Tytuł: Wielkie kłamstewka
Tytuł oryginału: Big little lies
Autor: Liane Moriarty
Tłumaczenie: Małgorzata Moltzan-Małkowska
Wydawca: Prószyński i S-ka
Data wydania: 14 lutego 2017
Liczba stron: 496
Moja ocena: 9/10

     Do małego miasteczka na przedmieściach Sydney przeprowadza się Jane wraz ze swoim pięcioletnim synkiem, Ziggym. Kiedy odwozi swojego syna do przedszkola, zauważa kobietę ze skręconą kostką i postanawia jej pomóc. Od tego wszystko się zaczęło - od wypadku na drodze.

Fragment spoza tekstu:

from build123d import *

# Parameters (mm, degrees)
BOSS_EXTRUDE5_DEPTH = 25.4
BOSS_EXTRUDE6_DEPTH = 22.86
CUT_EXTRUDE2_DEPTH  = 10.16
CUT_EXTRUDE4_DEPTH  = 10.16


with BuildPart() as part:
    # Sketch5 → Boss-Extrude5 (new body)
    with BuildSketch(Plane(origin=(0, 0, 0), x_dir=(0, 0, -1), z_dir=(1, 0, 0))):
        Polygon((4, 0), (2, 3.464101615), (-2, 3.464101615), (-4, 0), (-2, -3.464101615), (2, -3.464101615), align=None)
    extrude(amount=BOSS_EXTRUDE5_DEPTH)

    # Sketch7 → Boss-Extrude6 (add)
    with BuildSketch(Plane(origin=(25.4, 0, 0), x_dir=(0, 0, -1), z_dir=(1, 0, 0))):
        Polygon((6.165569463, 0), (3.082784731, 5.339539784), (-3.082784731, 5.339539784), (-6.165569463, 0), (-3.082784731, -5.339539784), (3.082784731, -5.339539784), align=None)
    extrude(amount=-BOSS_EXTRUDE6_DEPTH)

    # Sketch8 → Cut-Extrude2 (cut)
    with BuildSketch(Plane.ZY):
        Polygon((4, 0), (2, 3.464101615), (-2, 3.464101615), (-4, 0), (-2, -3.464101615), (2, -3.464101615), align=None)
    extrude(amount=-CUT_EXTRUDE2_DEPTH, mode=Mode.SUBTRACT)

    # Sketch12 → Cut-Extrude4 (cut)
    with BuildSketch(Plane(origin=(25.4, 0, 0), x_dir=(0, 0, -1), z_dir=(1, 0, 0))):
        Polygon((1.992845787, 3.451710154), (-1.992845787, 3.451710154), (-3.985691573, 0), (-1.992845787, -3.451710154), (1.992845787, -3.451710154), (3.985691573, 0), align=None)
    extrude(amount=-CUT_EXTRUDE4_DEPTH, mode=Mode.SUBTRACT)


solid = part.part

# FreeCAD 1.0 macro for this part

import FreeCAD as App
import Part
import Sketcher
from FreeCAD import Vector
Q = App.Units.Quantity


def add_polygon(sketch, points):
    """Adds a closed chain of lines whose ends are joined by coincident constraints."""
    first, n = sketch.GeometryCount, len(points)
    for a, b in zip(points, points[1:] + points[:1]):
        sketch.addGeometry(Part.LineSegment(App.Vector(*a, 0), App.Vector(*b, 0)), False)
    for i in range(n):
        sketch.addConstraint(Sketcher.Constraint("Coincident", first + i, 2, first + (i + 1) % n, 1))

doc = App.newDocument("Part")
body = doc.addObject("PartDesign::Body", "Body")

# Sketch on YZ plane
sketch1 = body.newObject("Sketcher::SketchObject", "Sketch")
sketch1.AttachmentSupport = (doc.getObject("YZ_Plane"), [""])
sketch1.MapMode = "FlatFace"
add_polygon(sketch1, [(0, -4), (3.5, -2), (3.5, 2), (0, 4), (-3.5, 2), (-3.5, -2)])  # lines 0-5
sketch1.addConstraint([
    Sketcher.Constraint("Vertical", 1),
    Sketcher.Constraint("Vertical", 4),
    Sketcher.Constraint("Symmetric", 0, 2, 3, 2, -1, 1),
    Sketcher.Constraint("Symmetric", 2, 2, 5, 2, -1, 1),
    Sketcher.Constraint("PointOnObject", 2, 2, -2),
    Sketcher.Constraint("Parallel", 2, 5),
    Sketcher.Constraint("Horizontal", 1, 2, 3, 2),
    Sketcher.Constraint("Angle", 0, Q("30 deg")),
    Sketcher.Constraint("DistanceY", 1, 1, 1, 2, Q("4 mm")),
    Sketcher.Constraint("Distance", 0, Q("4 mm")),
])
pad1 = body.newObject("PartDesign::Pad", "Pad")
pad1.Profile = sketch1
pad1.Length = Q("1 in")

# Sketch on YZ plane
sketch2 = body.newObject("Sketcher::SketchObject", "Sketch001")
sketch2.AttachmentSupport = (doc.getObject("YZ_Plane"), [""])
sketch2.MapMode = "FlatFace"
sketch2.AttachmentOffset = App.Placement(Vector(0, 0, 1 * 25.4), App.Rotation())
add_polygon(sketch2, [(0, -6), (5, -3), (5, 3), (0, 6), (-5, 3), (-5, -3)])  # lines 0-5
sketch2.addConstraint([
    Sketcher.Constraint("Vertical", 1),
    Sketcher.Constraint("Vertical", 4),
    Sketcher.Constraint("Symmetric", 0, 2, 3, 2, -1, 1),
    Sketcher.Constraint("Symmetric", 2, 2, 5, 2, -1, 1),
    Sketcher.Constraint("PointOnObject", 2, 2, -2),
    Sketcher.Constraint("Parallel", 2, 5),
    Sketcher.Constraint("Horizontal", 1, 2, 3, 2),
    Sketcher.Constraint("Angle", 0, Q("30 deg")),
    Sketcher.Constraint("DistanceY", 1, 1, 1, 2, Q("6.165569 mm")),
    Sketcher.Constraint("Distance", 0, Q("6.165569 mm")),
])
pad2 = body.newObject("PartDesign::Pad", "Pad001")
pad2.Profile = sketch2
pad2.Length = Q("0.9 in")
pad2.Reversed = True

# Sketch on YZ plane
sketch3 = body.newObject("Sketcher::SketchObject", "Sketch002")
sketch3.AttachmentSupport = (doc.getObject("YZ_Plane"), [""])
sketch3.MapMode = "FlatFace"
add_polygon(sketch3, [(0, 4), (3.5, 2), (3.5, -2), (0, -4), (-3.5, -2), (-3.5, 2)])  # lines 0-5
sketch3.addConstraint([
    Sketcher.Constraint("Vertical", 1),
    Sketcher.Constraint("Vertical", 4),
    Sketcher.Constraint("Symmetric", 0, 2, 3, 2, -1, 1),
    Sketcher.Constraint("Symmetric", 2, 2, 5, 2, -1, 1),
    Sketcher.Constraint("PointOnObject", 2, 2, -2),
    Sketcher.Constraint("Parallel", 2, 5),
    Sketcher.Constraint("Horizontal", 1, 2, 3, 2),
    Sketcher.Constraint("Angle", 0, Q("-30 deg")),
    Sketcher.Constraint("DistanceY", 1, 2, 1, 1, Q("4 mm")),
    Sketcher.Constraint("Distance", 0, Q("4 mm")),
])
pocket1 = body.newObject("PartDesign::Pocket", "Pocket")
pocket1.Profile = sketch3
pocket1.Length = Q("0.4 in")
pocket1.Reversed = True

# Sketch on YZ plane
sketch4 = body.newObject("Sketcher::SketchObject", "Sketch003")
sketch4.AttachmentSupport = (doc.getObject("YZ_Plane"), [""])
sketch4.MapMode = "FlatFace"
sketch4.AttachmentOffset = App.Placement(Vector(0, 0, 1 * 25.4), App.Rotation())
add_polygon(sketch4, [(3.5, -2), (3.5, 2), (0, 4), (-3.5, 2), (-3.5, -2), (0, -4)])  # lines 0-5
sketch4.addConstraint([
    Sketcher.Constraint("Vertical", 0),
    Sketcher.Constraint("Vertical", 3),
    Sketcher.Constraint("Symmetric", 0, 2, 3, 2, -1, 1),
    Sketcher.Constraint("Symmetric", 1, 2, 4, 2, -1, 1),
    Sketcher.Constraint("PointOnObject", 1, 2, -2),
    Sketcher.Constraint("Parallel", 2, 5),
    Sketcher.Constraint("Horizontal", 0, 2, 2, 2),
    Sketcher.Constraint("Angle", 1, Q("150 deg")),
    Sketcher.Constraint("DistanceY", 0, 1, 0, 2, Q("3.985692 mm")),
    Sketcher.Constraint("Distance", 1, Q("3.985692 mm")),
])
pocket2 = body.newObject("PartDesign::Pocket", "Pocket001")
pocket2.Profile = sketch4
pocket2.Length = Q("0.4 in")

doc.recompute()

     W powieści Liane Moriarty poznajemy historię trzech kobiet: wymienionej przeze mnie wyżej Jane, Madeleine oraz Celeste. Oprócz tego, że mają dzieci w tym samym wieku, główne bohaterki połączyła silna więź. Madeleine wzięła Jane pod swoje skrzydła i stały się prawdziwymi przyjaciółkami.

     Jest też Celeste. Piękna i skryta, żona młodszego od siebie biznesmena oraz matka dwójki urwisów. Jej stonowany sposób bycia stanowi uzupełnienie przebojowego charakteru Madeleine. Z każdą kolejną stroną coraz lepiej poznajemy życie każdej z nich. Czy życie w małym miasteczku to wyłącznie sielanka? A może ktoś ukrywa prawdę o sobie?

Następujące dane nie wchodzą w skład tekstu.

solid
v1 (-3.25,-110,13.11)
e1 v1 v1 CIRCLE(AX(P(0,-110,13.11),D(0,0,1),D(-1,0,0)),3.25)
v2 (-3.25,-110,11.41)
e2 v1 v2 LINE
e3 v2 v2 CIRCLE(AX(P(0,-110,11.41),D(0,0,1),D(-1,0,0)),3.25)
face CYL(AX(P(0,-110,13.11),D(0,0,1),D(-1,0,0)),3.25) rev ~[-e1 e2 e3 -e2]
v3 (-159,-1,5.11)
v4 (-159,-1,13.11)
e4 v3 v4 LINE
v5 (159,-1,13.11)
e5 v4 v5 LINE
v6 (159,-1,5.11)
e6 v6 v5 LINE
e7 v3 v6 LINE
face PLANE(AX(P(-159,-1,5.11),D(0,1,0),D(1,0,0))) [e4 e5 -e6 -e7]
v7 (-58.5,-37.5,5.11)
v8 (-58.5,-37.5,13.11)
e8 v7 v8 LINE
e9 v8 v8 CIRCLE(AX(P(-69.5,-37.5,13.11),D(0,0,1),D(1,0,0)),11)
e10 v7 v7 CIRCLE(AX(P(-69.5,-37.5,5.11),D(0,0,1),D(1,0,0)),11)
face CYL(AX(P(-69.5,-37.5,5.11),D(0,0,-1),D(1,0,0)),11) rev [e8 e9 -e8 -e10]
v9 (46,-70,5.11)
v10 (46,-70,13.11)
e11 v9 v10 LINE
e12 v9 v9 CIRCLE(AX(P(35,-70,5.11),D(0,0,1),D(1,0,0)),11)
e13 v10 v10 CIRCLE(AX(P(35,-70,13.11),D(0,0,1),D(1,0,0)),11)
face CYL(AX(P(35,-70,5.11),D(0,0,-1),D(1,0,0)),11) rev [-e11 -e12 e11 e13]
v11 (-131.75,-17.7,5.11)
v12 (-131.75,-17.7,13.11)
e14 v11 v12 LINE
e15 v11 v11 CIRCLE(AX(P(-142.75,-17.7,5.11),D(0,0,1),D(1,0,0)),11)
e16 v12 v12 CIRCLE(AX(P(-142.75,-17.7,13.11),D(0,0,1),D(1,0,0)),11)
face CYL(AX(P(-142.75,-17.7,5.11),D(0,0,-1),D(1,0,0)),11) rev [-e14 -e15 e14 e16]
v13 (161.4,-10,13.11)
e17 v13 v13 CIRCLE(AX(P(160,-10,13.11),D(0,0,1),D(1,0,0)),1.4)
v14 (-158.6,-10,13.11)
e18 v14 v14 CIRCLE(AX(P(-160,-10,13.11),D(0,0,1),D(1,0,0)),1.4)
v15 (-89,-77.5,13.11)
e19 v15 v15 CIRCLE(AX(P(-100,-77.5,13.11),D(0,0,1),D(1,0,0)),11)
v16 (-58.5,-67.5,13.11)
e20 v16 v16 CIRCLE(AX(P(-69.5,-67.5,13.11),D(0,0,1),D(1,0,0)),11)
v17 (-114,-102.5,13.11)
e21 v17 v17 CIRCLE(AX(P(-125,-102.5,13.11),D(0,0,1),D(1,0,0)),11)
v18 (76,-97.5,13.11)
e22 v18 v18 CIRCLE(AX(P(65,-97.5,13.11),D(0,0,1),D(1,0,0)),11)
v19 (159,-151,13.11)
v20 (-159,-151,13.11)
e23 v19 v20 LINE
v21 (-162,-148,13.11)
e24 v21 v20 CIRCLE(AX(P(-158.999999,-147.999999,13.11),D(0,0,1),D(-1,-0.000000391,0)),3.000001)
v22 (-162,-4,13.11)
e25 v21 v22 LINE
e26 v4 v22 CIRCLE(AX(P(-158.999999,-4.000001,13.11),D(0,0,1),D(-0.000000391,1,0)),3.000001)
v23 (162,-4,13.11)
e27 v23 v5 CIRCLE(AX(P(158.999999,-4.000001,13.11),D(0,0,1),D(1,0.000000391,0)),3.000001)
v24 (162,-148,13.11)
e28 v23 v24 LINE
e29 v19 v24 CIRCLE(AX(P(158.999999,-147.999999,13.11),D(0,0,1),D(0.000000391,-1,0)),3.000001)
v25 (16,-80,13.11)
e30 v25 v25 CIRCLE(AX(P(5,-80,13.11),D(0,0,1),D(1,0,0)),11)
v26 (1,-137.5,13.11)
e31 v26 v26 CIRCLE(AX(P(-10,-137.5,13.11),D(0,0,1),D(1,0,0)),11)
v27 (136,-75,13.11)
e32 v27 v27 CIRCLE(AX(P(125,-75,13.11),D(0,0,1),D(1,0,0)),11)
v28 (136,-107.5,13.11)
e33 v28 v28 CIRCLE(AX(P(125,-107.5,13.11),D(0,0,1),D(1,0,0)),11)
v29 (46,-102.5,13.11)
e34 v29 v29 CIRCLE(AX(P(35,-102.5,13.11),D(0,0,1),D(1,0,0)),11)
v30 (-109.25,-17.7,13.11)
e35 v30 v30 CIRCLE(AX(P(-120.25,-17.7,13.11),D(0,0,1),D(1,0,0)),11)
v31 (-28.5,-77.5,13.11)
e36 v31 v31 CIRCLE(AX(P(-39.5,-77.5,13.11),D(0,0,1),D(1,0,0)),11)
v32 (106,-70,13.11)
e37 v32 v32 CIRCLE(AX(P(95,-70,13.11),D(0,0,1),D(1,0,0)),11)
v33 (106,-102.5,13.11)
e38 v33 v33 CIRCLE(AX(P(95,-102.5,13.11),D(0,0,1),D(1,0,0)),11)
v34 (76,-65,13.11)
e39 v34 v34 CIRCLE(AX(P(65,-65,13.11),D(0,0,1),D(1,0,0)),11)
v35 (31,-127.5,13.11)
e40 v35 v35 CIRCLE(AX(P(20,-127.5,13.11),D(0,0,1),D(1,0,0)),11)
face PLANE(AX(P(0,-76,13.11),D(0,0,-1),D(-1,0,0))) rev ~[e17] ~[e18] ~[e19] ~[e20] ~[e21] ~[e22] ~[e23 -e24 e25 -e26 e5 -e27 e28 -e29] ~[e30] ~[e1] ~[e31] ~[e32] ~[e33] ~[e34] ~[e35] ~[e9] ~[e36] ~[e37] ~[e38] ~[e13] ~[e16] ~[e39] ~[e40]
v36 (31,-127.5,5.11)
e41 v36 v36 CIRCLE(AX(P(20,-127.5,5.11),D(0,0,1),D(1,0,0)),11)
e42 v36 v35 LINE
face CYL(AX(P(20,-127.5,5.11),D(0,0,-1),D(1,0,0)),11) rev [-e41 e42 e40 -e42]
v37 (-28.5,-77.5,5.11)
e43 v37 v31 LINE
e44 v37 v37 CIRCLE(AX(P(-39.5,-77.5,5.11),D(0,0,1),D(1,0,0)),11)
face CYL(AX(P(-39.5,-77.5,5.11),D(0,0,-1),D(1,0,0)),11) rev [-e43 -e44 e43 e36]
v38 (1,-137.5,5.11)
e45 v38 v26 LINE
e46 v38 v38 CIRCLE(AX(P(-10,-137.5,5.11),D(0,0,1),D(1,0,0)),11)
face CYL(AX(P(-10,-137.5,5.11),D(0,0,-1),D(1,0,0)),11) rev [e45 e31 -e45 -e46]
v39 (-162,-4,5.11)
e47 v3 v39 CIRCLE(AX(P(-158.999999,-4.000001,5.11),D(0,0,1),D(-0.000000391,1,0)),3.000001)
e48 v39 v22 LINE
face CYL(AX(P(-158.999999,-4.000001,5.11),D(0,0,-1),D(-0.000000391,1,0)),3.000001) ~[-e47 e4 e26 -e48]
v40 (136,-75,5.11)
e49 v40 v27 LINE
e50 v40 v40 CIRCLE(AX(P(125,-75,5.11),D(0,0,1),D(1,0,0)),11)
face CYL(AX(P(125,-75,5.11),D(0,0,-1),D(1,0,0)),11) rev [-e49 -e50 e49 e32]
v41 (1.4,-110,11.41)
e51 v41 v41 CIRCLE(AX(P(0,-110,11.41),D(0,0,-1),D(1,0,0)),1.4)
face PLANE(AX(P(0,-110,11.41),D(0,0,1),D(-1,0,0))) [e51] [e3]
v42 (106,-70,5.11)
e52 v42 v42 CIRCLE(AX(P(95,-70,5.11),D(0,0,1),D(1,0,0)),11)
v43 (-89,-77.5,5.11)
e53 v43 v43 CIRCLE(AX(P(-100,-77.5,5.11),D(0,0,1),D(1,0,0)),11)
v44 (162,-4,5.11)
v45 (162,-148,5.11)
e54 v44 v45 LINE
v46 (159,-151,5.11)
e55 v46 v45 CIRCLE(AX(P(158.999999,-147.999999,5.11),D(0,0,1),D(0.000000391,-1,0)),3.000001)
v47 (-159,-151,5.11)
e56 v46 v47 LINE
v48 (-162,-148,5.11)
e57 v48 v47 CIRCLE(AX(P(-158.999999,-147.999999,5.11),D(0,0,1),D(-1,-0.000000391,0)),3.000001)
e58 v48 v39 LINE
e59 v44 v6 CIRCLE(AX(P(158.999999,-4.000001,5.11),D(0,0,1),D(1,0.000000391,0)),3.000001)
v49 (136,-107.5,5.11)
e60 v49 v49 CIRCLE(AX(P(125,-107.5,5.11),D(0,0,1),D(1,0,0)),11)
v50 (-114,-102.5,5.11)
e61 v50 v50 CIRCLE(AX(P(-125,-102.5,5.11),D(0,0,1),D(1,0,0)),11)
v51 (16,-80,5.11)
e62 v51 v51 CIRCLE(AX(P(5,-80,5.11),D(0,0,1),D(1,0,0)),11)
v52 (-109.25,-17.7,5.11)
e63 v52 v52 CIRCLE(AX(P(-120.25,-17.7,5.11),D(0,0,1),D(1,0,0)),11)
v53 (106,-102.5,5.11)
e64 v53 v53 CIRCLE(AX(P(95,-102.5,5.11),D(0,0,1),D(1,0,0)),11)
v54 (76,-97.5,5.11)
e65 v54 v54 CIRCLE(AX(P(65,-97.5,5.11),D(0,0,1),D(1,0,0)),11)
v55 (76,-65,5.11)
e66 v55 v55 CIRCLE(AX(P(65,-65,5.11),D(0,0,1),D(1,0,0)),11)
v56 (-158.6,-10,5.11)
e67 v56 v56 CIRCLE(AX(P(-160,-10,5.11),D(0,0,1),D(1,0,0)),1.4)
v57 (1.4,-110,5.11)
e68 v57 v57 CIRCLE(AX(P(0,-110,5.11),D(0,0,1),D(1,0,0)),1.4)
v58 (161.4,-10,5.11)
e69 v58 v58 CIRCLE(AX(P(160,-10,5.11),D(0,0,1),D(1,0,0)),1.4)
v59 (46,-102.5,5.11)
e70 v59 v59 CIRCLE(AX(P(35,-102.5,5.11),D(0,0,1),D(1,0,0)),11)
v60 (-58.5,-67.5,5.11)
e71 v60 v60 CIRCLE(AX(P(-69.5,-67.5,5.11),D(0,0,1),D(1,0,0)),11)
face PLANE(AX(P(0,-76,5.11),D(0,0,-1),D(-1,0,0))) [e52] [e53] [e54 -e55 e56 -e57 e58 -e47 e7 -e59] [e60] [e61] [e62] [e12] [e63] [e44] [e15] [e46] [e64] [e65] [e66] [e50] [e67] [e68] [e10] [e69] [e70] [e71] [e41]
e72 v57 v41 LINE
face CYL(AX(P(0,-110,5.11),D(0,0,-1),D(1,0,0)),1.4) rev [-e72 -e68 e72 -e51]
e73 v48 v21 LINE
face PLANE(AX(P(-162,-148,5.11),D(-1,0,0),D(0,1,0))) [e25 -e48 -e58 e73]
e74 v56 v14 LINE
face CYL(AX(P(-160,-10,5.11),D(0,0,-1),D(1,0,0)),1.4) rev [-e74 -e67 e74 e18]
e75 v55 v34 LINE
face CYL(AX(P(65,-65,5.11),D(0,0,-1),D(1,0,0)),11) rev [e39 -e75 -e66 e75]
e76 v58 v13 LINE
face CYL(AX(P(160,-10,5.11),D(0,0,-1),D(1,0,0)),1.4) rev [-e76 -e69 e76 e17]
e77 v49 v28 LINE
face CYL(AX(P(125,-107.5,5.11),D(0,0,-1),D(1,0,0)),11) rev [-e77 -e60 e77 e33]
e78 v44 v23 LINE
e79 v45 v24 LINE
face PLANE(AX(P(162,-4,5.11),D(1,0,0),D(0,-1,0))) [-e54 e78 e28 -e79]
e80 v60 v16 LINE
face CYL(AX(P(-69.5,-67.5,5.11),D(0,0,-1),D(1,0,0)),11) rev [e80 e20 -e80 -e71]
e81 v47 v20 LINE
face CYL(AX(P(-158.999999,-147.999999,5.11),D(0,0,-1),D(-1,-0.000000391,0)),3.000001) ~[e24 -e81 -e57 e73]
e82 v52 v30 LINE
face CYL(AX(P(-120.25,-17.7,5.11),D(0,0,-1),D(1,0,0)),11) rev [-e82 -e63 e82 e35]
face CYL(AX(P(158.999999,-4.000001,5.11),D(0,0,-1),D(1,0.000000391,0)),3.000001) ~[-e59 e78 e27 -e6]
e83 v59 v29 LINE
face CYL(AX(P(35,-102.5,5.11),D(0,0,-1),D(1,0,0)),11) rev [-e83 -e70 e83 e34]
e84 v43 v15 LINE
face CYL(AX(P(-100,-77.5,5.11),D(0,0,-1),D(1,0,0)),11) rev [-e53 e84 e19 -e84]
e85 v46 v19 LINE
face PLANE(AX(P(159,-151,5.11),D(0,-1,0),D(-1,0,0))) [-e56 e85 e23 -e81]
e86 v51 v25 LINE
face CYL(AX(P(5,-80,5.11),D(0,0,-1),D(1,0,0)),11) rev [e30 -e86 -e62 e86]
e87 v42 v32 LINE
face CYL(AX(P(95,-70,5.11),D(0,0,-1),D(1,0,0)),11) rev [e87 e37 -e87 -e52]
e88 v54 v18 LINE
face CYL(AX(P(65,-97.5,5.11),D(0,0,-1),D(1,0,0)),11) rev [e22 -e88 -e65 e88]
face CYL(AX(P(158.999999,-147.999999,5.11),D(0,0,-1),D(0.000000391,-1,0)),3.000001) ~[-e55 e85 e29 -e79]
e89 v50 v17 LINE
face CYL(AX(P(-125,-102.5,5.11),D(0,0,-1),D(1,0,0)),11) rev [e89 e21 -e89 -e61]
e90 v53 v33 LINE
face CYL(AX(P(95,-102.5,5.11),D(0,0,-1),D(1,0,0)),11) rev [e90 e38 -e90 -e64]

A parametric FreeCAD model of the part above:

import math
import FreeCAD as App
import Part
import Sketcher
Q = App.Units.Quantity

doc = App.newDocument("Part")
body = doc.addObject("PartDesign::Body", "Body")

# Sketch on XY plane
sketch1 = doc.addObject("Sketcher::SketchObject", "Sketch")
body.addObject(sketch1)
sketch1.AttachmentSupport = (doc.XY_Plane, [""])
sketch1.MapMode = "FlatFace"
sketch1.addGeometry([
    Part.LineSegment(App.Vector(159, -1, 0), App.Vector(-159, -1, 0)),  # 0
    Part.ArcOfCircle(Part.Circle(App.Vector(-159, -4, 0), App.Vector(0, 0, 1), 3), math.radians(90), math.radians(180)),  # 1
    Part.LineSegment(App.Vector(-162, -4, 0), App.Vector(-162, -148, 0)),  # 2
    Part.ArcOfCircle(Part.Circle(App.Vector(-159, -148, 0), App.Vector(0, 0, 1), 3), math.radians(-180), math.radians(-90)),  # 3
    Part.LineSegment(App.Vector(-159, -151, 0), App.Vector(159, -151, 0)),  # 4
    Part.ArcOfCircle(Part.Circle(App.Vector(159, -148, 0), App.Vector(0, 0, 1), 3), math.radians(-90), math.radians(0)),  # 5
    Part.LineSegment(App.Vector(162, -148, 0), App.Vector(162, -4, 0)),  # 6
    Part.ArcOfCircle(Part.Circle(App.Vector(159, -4, 0), App.Vector(0, 0, 1), 3), math.radians(0), math.radians(90)),  # 7
], False)
sketch1.addConstraint([
    Sketcher.Constraint("Tangent", 0, 2, 1, 1),
    Sketcher.Constraint("Tangent", 1, 2, 2, 1),
    Sketcher.Constraint("Tangent", 2, 2, 3, 1),
    Sketcher.Constraint("Tangent", 3, 2, 4, 1),
    Sketcher.Constraint("Tangent", 4, 2, 5, 1),
    Sketcher.Constraint("Tangent", 5, 2, 6, 1),
    Sketcher.Constraint("Tangent", 6, 2, 7, 1),
    Sketcher.Constraint("Tangent", 7, 2, 0, 1),
    Sketcher.Constraint("Horizontal", 0),
    Sketcher.Constraint("Vertical", 2),
    Sketcher.Constraint("Horizontal", 4),
    Sketcher.Constraint("Vertical", 6),
    Sketcher.Constraint("Equal", 1, 3),
    Sketcher.Constraint("Equal", 3, 5),
    Sketcher.Constraint("Equal", 5, 7),
    Sketcher.Constraint("Radius", 1, Q("3.000001 mm")),
    Sketcher.Constraint("DistanceX", 0, 2, 0, 1, Q("318 mm")),
    Sketcher.Constraint("DistanceY", 2, 2, 2, 1, Q("144 mm")),
    Sketcher.Constraint("DistanceX", 1, 3, -1, 1, Q("158.999999 mm")),
    Sketcher.Constraint("DistanceY", 1, 3, -1, 1, Q("4.000001 mm")),
])
pad1 = doc.addObject("PartDesign::Pad", "Pad")
body.addObject(pad1)
pad1.Profile = sketch1
pad1.Length = 8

     Jak już wspominałam we wstępie, pewnie ta książka na swoja kolej jeszcze trochę by poczekała, gdyby nie serial HBO, do którego obejrzenia koleżanka zachęciła mnie tak bardzo. Wielkie kłamstewka wciągają od pierwszej strony. Narracja jest prowadzona w trzeciej osobie. Kolejno obserwujemy codzienność Maddie, Jane i Celeste.

     Madeleine trzymała nastrój pod kontrolą niczym wściekłego psa na krótkiej smyczy. Na boisku roiło się od rozgadanych rodziców i rozwrzeszczanych maluchów. Ci pierwsi stali nieruchomo, podczas gdy drudzy miotali się wokół nich jak kulki w automatach do gry. Byli tam rodzice świeżo upieczonych przedszkolaków z promiennymi, nerwowymi uśmiechami na twarzach. Były matki szóstoklasistów w ożywionych, nieprzepuszczalnych grupkach, niekwestionowane królowe szkoły. Nie zabrakło również Blond Paziów, muskających palcami swoje odświeżone fryzury.
     Ach, było wspaniale. Ten wietrzyk znad oceanu. Roześmiane twarzyczki dziatek i - ożeż w mordę kopany - jej były mąż. 

     Od początku wiadomo, że na wieczorku integracyjnym doszło do tragedii - ktoś zginął, ale do ostatnich stron nie wiadomo kto. Nie pamiętam, żebym kiedyś wcześniej spotkała się z takim zabiegiem. Jest to sprytne zagranie ze strony autorki, bo czytelnik cały czas chce się dowiedzieć, co dokładne się wydarzyło i kto stracił życie. Z drugiej strony perypetie Jane, Madeleine i Celeste są na tyle ciekawe, że je także śledzi się z zapartym tchem. 

     Ja wiem jak to brzmi: śledzenie z zapartym tchem losów bohaterów obyczajówki. Jest coś jednak niezaprzeczalnie przyciągającego w opowieściach o małych społecznościach. Niby wszyscy wszystko o sobie wiedzą, a wystarczy tylko zajrzeć pod powierzchnię, żeby odkryć prawdę. Czasami trudną prawdę. Wielkie kłamstewka skłaniają także po trosze ku refleksji. Czy można usprawiedliwić kłamstwo, żeby chronić siebie, swoich przyjaciół czy rodzinę?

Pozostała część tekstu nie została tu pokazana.